**WHAT YOU NEED TO DO**
In the data below, find the line containing "f 305 748 726", then set down that line and every later line up to and including the line containing "f 588 617 616", exactly.

---------- ENTRIES SUPPLIED ----------

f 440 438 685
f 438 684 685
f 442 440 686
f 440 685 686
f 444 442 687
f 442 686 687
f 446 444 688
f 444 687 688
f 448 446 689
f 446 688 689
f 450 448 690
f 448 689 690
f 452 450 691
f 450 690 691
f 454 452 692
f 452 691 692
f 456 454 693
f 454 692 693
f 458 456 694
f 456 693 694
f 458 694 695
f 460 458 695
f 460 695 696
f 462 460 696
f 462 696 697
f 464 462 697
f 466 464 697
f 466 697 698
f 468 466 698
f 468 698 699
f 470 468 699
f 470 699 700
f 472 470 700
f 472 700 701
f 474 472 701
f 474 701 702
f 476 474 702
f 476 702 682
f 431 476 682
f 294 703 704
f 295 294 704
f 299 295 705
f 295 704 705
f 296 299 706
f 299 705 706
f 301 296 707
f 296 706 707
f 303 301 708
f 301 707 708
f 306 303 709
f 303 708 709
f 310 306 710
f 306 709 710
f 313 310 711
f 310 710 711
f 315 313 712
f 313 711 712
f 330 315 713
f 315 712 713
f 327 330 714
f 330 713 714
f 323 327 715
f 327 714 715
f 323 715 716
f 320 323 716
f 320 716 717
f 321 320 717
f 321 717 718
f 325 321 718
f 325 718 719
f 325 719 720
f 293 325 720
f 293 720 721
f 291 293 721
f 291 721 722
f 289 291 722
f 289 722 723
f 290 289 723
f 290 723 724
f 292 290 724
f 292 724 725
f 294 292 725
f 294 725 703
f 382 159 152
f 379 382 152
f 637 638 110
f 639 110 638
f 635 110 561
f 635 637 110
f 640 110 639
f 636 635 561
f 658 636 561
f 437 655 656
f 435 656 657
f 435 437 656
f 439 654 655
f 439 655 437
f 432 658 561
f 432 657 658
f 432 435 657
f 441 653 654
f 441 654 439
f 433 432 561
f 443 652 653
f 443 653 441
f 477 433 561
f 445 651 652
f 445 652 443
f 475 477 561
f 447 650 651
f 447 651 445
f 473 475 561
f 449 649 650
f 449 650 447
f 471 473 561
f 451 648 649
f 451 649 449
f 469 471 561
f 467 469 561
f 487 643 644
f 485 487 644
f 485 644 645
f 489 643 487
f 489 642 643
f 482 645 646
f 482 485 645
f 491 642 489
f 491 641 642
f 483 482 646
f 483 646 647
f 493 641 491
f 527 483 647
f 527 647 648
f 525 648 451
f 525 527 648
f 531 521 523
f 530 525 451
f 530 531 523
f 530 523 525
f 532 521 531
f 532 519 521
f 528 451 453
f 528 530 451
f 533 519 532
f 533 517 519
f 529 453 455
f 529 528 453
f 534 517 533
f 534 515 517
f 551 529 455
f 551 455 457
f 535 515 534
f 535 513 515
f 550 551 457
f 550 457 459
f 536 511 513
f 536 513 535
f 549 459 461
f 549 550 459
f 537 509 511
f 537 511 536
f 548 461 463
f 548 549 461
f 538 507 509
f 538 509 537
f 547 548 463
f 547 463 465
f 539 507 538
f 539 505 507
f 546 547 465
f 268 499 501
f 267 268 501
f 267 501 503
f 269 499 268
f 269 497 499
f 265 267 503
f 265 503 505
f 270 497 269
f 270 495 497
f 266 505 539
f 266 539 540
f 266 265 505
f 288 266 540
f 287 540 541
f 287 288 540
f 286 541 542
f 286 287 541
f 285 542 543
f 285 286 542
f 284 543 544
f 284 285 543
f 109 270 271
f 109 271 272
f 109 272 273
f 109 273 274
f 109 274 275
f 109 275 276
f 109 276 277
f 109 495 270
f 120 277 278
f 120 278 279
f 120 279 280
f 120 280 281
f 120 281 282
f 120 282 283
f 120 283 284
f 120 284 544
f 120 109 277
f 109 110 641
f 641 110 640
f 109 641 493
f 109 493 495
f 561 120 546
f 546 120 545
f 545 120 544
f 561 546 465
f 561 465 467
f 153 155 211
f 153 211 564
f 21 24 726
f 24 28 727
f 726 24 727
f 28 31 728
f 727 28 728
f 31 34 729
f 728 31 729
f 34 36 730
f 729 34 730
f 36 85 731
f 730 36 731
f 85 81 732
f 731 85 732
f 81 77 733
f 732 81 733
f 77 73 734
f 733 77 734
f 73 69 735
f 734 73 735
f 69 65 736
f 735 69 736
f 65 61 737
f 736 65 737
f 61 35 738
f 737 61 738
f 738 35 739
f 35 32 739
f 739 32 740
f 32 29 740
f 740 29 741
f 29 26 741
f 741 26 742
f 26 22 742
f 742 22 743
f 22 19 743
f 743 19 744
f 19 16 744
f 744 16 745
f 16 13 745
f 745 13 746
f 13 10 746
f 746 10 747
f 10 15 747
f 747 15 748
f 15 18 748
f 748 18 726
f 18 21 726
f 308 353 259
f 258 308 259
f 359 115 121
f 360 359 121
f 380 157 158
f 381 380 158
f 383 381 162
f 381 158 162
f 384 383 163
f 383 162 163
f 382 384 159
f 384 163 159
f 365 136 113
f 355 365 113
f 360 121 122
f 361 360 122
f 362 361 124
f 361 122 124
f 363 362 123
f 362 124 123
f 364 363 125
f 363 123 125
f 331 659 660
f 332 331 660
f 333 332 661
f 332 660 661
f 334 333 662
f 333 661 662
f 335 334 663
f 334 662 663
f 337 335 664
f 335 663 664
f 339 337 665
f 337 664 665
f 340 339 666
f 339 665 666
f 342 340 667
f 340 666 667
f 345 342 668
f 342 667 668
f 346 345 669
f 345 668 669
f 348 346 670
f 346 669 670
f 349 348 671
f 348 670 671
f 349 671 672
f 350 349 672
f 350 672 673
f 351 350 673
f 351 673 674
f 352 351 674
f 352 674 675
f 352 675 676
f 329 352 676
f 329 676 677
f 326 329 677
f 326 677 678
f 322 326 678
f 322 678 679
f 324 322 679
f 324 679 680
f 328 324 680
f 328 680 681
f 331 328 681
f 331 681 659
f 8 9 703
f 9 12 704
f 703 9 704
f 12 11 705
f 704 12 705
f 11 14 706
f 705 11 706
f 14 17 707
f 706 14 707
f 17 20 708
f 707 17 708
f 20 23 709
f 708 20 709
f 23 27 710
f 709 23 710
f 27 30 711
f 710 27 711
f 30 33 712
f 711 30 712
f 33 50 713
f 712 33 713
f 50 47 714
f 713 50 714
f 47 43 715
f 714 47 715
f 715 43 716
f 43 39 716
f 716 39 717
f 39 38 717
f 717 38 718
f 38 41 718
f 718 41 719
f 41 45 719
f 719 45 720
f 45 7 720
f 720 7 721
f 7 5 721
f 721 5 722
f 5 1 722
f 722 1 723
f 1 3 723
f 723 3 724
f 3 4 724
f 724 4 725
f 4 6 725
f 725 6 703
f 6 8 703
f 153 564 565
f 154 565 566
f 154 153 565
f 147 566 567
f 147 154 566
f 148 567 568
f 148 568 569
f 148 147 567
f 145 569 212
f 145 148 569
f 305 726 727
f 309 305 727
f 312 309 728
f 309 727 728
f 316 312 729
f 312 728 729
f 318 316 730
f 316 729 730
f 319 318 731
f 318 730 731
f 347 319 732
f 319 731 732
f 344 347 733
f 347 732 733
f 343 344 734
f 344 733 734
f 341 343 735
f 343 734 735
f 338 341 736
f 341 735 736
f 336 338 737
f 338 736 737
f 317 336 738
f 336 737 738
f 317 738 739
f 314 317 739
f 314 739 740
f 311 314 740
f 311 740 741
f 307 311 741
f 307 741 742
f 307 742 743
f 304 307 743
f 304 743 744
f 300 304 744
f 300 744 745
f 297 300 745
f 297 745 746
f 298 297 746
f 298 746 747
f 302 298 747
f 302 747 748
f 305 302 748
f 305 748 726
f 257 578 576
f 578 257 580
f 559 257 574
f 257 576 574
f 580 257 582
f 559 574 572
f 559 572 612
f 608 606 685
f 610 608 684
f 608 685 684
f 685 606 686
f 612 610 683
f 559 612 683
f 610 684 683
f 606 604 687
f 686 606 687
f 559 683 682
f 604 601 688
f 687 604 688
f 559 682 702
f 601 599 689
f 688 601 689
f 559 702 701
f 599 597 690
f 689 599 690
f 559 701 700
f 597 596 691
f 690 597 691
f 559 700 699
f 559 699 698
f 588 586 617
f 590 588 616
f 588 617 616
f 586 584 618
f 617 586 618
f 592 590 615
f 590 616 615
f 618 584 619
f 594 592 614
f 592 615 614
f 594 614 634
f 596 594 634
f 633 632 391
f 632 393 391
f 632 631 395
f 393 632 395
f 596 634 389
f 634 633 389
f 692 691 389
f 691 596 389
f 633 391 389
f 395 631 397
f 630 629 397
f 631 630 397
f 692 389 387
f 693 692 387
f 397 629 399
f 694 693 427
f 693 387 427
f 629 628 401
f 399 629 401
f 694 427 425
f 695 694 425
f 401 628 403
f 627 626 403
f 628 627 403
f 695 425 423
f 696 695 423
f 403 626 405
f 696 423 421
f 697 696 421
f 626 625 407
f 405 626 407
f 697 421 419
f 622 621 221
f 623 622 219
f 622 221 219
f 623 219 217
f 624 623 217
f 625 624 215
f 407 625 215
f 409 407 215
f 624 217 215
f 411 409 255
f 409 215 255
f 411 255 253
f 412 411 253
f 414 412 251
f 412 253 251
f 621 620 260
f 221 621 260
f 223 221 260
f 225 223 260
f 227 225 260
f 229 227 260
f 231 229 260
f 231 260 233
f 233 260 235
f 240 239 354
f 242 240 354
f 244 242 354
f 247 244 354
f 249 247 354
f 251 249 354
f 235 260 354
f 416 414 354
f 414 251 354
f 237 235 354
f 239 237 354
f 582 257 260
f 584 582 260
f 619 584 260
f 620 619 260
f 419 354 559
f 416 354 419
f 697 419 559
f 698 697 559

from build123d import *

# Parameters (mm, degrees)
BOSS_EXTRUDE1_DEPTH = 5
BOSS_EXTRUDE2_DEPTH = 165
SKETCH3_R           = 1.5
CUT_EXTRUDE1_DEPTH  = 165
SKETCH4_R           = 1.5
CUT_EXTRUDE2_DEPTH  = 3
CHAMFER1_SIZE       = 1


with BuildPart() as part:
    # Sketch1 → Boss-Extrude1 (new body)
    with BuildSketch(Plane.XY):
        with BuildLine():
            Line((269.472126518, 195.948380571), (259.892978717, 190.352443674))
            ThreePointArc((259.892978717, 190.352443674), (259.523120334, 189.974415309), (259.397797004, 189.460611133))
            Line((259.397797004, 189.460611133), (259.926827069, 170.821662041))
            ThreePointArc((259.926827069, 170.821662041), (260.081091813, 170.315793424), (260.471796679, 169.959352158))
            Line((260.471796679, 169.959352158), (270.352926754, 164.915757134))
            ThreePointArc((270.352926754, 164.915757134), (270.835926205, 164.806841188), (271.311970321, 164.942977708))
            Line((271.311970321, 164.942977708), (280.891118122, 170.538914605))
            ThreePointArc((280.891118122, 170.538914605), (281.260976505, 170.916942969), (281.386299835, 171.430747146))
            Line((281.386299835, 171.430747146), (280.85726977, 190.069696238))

----------

**FINISHED TASK**
f 305 748 726
f 257 578 576
f 578 257 580
f 559 257 574
f 257 576 574
f 580 257 582
f 559 574 572
f 559 572 612
f 608 606 685
f 610 608 684
f 608 685 684
f 685 606 686
f 612 610 683
f 559 612 683
f 610 684 683
f 606 604 687
f 686 606 687
f 559 683 682
f 604 601 688
f 687 604 688
f 559 682 702
f 601 599 689
f 688 601 689
f 559 702 701
f 599 597 690
f 689 599 690
f 559 701 700
f 597 596 691
f 690 597 691
f 559 700 699
f 559 699 698
f 588 586 617
f 590 588 616
f 588 617 616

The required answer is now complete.